We met either at a local coffee shop or at Beth’s place to go over our weekly progress and talk through some of the logjams that had developed.

It was very common to walk away from our weekly meeting feeling lighter on my feet, knowing exactly what needed to be done next, whereas just an hour before I felt clueless. This was invaluable.

As a new entrepreneur, there is so much to learn, and I couldn’t imagine how things would have been without Beth. Acceleration definitely was seen!

Amanda: Ditto what Kevin said. I highly doubt we’d be where we are right now without Beth.

What was the most challenging part of the program for you?

Kevin: After learning what needs to happen next at any given time during the program, the execution of these tasks often involved putting ourselves into new positions that we’ve never been in, and growth and unfamiliar territory are not always comfortable.

Over time these tasks became easier and easier until new territory was met, but this growth process was the most challenging.

Amanda: Some of the feedback we got during our quarterly presentations was pretty blunt, which actually turned out to be amazing. It wasn’t always fun to hear, but we pivoted significantly based on those comments and we’ve been super-glad we did.

You applied for NextAI and got accepted. How competitive was the process? How did the experience with the VAP help?

Kevin: The process was very competitive. The program had a lot to offer in a very happening field, so it attracted applicants from all over the world.

There were around 250 teams that applied and 25 that got accepted. We had to go through four rounds of acceptance, including a last round of four interviews before we got the final verdict.

The VAP program helped in a few ways. It helped us identify whether NextAI was for us or not, addressing the question of was it the right time for a program like this for us. But it also instilled confidence in our business and business plan that we were able to communicate to the NextAI community throughout the process.

Any updates or successes you can share since you left our accelerator program?

Kevin: Everything learned during the VAP gave us a head start in the NextAI teachings. It allowed for us to absorb more and gain deeper insights quicker. Knowing how to identify who to talk to when talking with clients, and identifying them within the buyer type framework is crucial, and the VAP really helped us exercise this muscle.

Amanda: We’re now piloting our product on blasthole drills and we’re ready for a pilot on haul trucks and shovels.
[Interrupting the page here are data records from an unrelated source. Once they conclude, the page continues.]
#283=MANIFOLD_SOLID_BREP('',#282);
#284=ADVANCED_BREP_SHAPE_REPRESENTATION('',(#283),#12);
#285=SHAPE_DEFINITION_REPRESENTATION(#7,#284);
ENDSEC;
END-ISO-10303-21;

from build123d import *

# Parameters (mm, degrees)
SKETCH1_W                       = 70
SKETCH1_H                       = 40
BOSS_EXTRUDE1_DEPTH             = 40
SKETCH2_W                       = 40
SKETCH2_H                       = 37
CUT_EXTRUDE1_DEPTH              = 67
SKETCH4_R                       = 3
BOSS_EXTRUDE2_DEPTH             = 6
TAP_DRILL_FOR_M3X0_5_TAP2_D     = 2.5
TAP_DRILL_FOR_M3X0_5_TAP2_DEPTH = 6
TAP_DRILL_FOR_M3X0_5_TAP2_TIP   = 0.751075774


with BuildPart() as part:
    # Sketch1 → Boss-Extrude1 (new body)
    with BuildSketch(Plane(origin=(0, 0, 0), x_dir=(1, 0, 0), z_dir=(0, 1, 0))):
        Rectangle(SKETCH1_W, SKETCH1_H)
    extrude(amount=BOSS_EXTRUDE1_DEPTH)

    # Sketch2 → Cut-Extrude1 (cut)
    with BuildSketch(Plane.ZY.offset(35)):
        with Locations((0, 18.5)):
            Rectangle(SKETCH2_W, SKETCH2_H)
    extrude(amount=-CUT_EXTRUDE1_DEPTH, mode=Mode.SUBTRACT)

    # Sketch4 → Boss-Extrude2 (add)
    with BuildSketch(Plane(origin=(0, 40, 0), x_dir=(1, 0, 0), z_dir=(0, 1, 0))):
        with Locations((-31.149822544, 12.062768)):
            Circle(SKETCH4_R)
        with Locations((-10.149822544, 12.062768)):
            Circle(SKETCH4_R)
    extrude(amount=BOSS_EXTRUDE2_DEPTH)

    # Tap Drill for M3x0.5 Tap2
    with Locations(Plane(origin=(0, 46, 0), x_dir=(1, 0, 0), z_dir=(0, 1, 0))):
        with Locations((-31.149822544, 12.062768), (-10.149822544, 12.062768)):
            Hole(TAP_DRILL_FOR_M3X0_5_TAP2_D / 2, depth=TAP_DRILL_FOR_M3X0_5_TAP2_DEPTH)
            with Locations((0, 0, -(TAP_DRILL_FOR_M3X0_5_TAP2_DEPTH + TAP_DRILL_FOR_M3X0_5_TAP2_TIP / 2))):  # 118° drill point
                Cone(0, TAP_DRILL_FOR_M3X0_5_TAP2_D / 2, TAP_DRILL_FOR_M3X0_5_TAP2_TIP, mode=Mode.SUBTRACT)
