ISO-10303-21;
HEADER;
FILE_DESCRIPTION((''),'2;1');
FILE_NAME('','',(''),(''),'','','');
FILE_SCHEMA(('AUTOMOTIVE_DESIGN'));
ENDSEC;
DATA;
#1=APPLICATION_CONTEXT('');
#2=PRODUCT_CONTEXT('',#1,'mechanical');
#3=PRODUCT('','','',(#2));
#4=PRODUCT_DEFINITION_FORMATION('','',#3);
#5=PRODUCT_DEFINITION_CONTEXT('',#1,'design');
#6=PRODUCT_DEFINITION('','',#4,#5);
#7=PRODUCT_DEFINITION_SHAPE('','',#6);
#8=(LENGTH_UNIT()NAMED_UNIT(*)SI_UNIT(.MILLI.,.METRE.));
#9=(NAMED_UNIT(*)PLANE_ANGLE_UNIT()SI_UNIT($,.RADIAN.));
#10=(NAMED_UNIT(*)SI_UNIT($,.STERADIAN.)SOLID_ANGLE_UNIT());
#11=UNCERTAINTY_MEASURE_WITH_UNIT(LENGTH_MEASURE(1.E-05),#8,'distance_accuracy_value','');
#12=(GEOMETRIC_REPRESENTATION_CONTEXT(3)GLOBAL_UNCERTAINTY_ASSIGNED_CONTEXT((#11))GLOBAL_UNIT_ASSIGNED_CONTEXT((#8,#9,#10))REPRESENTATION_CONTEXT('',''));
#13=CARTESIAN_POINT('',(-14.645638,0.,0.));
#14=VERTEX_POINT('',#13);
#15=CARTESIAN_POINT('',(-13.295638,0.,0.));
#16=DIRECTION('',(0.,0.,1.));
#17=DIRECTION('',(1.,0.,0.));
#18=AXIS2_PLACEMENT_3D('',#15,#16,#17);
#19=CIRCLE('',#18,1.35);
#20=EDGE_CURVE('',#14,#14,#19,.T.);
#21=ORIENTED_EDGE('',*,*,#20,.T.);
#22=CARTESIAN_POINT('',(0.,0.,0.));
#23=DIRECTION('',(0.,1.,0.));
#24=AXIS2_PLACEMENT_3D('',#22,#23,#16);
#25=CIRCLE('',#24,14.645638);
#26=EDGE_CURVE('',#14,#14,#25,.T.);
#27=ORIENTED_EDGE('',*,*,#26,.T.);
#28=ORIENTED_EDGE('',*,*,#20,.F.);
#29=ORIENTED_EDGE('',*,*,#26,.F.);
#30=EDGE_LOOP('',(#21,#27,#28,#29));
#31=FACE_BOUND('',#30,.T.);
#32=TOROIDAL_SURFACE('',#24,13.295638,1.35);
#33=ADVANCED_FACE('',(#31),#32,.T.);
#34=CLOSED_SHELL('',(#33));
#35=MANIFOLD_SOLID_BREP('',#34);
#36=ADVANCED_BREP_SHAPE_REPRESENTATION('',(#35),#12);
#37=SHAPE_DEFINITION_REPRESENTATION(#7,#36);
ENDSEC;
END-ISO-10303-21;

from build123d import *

# Parameters (mm, degrees)
ESBO_O2_R = 1.35


with BuildPart() as part:
    # Varredura1: sweep along a path in Esboço1
    with BuildLine(Plane(origin=(0, 0, 0), x_dir=(1, 0, 0), z_dir=(0, 1, 0))) as varredura1_path:
        CenterArc((0, 0), 13.3, 0, 360)
    # Esboço2 → Varredura1 (sweep)
    with BuildSketch(Plane.XY):
        with Locations((-13.295637672, 0)):
            Circle(ESBO_O2_R)
    sweep(path=varredura1_path.line)


solid = part.part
Several investors have expressed interest in connecting after that second pilot.

We’re super clear now on our value proposition, business model, go-to-market strategy, and pitch. We know there’s a big market for what we’re doing, and we’re well on our way towards penetrating that market with a product that’s unlike anything else out there.

Also, we just won the Montreal edition of Startup Canada’s 2019 Canadian Export Challenge, which provides funding and scaling support for promising startups that want to go global. We’ll be competing in the “Final Showdown” in Toronto at the end of October.

Any encouraging words of advice for fellow entrepreneurs?

Kevin: Have a business idea that you are super pumped about? Have an idea that you are unsure of but something is telling you to go for it? Either way, apply for the VAP, and it will help orient you as to where you need to go.

Amanda: If you have a serious passion, and you think you could turn that passion into a product that could really solve a problem for people, go for it–and don’t go it alone!

Doubt is normal, and even many of the most successful entrepreneurs wake up some mornings wondering what the hell they’re doing, but if you’ve got solid mentors, they can help you find your way through that darkness.